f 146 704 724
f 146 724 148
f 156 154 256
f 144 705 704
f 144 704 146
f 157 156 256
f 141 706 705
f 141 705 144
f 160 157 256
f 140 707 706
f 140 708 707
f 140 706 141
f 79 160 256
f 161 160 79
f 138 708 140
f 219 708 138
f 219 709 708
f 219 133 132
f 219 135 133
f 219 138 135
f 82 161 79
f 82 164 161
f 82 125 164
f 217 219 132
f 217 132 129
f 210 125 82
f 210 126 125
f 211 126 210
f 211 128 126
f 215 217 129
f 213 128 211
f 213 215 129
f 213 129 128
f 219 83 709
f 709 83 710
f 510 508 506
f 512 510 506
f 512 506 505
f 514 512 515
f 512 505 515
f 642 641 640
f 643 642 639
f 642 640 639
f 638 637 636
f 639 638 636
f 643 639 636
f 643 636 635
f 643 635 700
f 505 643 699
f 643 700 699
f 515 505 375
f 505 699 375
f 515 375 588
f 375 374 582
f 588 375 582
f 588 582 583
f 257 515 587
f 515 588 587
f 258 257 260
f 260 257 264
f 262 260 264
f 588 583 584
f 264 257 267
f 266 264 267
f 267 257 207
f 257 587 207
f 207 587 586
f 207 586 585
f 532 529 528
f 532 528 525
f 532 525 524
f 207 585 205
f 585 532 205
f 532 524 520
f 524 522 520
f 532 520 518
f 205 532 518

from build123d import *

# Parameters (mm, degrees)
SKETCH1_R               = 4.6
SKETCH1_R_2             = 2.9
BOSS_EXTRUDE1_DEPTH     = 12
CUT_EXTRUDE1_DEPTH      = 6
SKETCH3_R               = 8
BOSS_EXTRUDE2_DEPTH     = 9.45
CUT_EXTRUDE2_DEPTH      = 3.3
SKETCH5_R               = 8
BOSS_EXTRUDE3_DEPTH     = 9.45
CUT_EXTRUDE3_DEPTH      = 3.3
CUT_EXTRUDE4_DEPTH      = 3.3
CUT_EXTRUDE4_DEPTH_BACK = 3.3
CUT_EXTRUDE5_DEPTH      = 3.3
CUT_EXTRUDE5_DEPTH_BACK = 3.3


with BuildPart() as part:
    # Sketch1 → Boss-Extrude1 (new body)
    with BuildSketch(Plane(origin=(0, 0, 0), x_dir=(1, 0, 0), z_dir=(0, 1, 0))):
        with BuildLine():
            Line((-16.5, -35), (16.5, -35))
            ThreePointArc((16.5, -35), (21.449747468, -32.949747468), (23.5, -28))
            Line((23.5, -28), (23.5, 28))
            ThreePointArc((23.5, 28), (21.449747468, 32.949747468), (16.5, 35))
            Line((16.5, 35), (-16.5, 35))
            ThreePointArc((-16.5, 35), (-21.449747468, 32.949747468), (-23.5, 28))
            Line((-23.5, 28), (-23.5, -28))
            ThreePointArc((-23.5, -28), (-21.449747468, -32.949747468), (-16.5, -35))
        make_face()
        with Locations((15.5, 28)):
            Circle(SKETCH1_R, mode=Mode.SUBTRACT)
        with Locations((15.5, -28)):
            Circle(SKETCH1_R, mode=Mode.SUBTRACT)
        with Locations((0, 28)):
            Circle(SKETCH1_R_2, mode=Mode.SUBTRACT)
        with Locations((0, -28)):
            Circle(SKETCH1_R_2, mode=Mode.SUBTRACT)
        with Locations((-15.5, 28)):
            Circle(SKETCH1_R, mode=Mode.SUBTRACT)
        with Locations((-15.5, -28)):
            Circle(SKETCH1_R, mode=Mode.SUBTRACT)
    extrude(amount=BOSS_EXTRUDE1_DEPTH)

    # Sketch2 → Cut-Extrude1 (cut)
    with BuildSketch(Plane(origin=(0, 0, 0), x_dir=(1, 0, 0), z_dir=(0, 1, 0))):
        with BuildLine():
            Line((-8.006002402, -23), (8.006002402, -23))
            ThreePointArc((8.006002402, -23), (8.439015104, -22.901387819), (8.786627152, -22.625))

· · · · ·

◆ **TRY IT**
Please reproduce, exactly as they appear above, the lines from the line containing "f 161 160 79" up to and including the line containing "f 219 83 709".

◆ **OUTPUT FOR THIS TASK**
f 161 160 79
f 138 708 140
f 219 708 138
f 219 709 708
f 219 133 132
f 219 135 133
f 219 138 135
f 82 161 79
f 82 164 161
f 82 125 164
f 217 219 132
f 217 132 129
f 210 125 82
f 210 126 125
f 211 126 210
f 211 128 126
f 215 217 129
f 213 128 211
f 213 215 129
f 213 129 128
f 219 83 709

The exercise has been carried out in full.